- Task description:
Leave out every line before the one that contains "f 170 617 530". Please restate that line and the rest of the data word for word, through the end.
━━━━━ Data for analysis ━━━━━
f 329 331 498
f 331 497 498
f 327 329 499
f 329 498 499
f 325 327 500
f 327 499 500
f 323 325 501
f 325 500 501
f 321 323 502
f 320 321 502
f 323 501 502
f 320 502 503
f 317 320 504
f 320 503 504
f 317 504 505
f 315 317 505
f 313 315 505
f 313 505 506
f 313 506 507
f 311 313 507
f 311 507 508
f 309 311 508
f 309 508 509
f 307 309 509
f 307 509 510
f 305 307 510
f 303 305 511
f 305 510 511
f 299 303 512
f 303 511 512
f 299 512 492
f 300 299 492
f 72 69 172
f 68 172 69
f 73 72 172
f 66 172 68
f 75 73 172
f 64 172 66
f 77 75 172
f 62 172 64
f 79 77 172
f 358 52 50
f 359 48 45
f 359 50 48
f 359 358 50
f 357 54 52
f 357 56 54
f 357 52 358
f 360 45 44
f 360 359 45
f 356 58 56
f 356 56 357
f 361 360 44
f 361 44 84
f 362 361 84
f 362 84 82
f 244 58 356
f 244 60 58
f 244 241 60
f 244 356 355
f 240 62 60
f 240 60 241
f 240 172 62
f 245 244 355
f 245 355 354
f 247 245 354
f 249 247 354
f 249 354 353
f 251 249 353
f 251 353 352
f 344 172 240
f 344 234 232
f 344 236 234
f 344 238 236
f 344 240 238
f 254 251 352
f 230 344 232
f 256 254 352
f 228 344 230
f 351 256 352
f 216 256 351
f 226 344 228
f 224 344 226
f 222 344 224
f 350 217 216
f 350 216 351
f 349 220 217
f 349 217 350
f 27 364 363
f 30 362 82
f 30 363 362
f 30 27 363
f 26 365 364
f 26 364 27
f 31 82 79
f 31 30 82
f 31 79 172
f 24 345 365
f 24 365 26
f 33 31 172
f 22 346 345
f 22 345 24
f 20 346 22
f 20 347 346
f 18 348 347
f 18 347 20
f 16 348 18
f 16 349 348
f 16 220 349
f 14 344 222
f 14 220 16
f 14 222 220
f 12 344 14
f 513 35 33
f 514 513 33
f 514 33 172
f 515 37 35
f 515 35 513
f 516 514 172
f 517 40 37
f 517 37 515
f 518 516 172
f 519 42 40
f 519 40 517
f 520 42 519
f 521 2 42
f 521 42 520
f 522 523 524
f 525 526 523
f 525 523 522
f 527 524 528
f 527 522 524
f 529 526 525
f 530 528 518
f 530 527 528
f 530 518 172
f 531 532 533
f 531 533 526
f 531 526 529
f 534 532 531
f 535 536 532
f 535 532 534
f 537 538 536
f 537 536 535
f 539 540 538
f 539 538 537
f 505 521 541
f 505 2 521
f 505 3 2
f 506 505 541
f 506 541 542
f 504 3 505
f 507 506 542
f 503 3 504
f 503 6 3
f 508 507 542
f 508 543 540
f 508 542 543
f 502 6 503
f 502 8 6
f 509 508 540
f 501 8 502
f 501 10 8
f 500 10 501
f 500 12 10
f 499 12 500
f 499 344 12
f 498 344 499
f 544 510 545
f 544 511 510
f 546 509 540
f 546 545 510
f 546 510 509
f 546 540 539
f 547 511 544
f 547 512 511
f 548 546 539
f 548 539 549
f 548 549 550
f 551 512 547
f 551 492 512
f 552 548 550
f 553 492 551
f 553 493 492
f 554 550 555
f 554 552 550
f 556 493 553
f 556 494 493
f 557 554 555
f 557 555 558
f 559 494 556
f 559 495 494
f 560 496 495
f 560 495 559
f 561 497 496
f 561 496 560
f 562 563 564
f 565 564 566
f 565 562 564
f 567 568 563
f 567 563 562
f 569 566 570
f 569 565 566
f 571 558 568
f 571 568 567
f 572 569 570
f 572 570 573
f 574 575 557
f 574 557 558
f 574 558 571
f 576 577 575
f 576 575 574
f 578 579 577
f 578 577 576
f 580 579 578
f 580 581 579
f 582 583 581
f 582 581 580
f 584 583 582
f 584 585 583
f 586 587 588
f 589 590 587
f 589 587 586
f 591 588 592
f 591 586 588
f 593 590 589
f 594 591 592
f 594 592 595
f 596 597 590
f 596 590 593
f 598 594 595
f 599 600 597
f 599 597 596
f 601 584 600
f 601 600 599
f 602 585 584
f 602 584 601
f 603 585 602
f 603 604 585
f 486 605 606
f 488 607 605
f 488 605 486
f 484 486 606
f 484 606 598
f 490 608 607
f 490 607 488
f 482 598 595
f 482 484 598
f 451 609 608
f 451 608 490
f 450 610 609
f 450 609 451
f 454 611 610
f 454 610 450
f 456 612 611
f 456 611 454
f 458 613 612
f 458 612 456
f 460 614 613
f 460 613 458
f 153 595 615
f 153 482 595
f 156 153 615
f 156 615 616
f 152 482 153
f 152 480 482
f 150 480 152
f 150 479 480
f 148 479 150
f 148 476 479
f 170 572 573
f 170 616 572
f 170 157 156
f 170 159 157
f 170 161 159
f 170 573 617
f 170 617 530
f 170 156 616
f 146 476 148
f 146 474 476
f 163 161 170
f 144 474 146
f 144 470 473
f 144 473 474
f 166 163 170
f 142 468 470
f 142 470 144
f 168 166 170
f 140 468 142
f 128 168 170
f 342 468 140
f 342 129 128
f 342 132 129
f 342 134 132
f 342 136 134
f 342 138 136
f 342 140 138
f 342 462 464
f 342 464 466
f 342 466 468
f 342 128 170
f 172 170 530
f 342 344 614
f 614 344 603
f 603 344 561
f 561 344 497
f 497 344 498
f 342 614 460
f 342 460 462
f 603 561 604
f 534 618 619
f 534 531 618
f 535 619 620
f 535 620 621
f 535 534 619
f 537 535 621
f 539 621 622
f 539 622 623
━━━━━
- Answer box:
f 170 617 530
f 170 156 616
f 146 476 148
f 146 474 476
f 163 161 170
f 144 474 146
f 144 470 473
f 144 473 474
f 166 163 170
f 142 468 470
f 142 470 144
f 168 166 170
f 140 468 142
f 128 168 170
f 342 468 140
f 342 129 128
f 342 132 129
f 342 134 132
f 342 136 134
f 342 138 136
f 342 140 138
f 342 462 464
f 342 464 466
f 342 466 468
f 342 128 170
f 172 170 530
f 342 344 614
f 614 344 603
f 603 344 561
f 561 344 497
f 497 344 498
f 342 614 460
f 342 460 462
f 603 561 604
f 534 618 619
f 534 531 618
f 535 619 620
f 535 620 621
f 535 534 619
f 537 535 621
f 539 621 622
f 539 622 623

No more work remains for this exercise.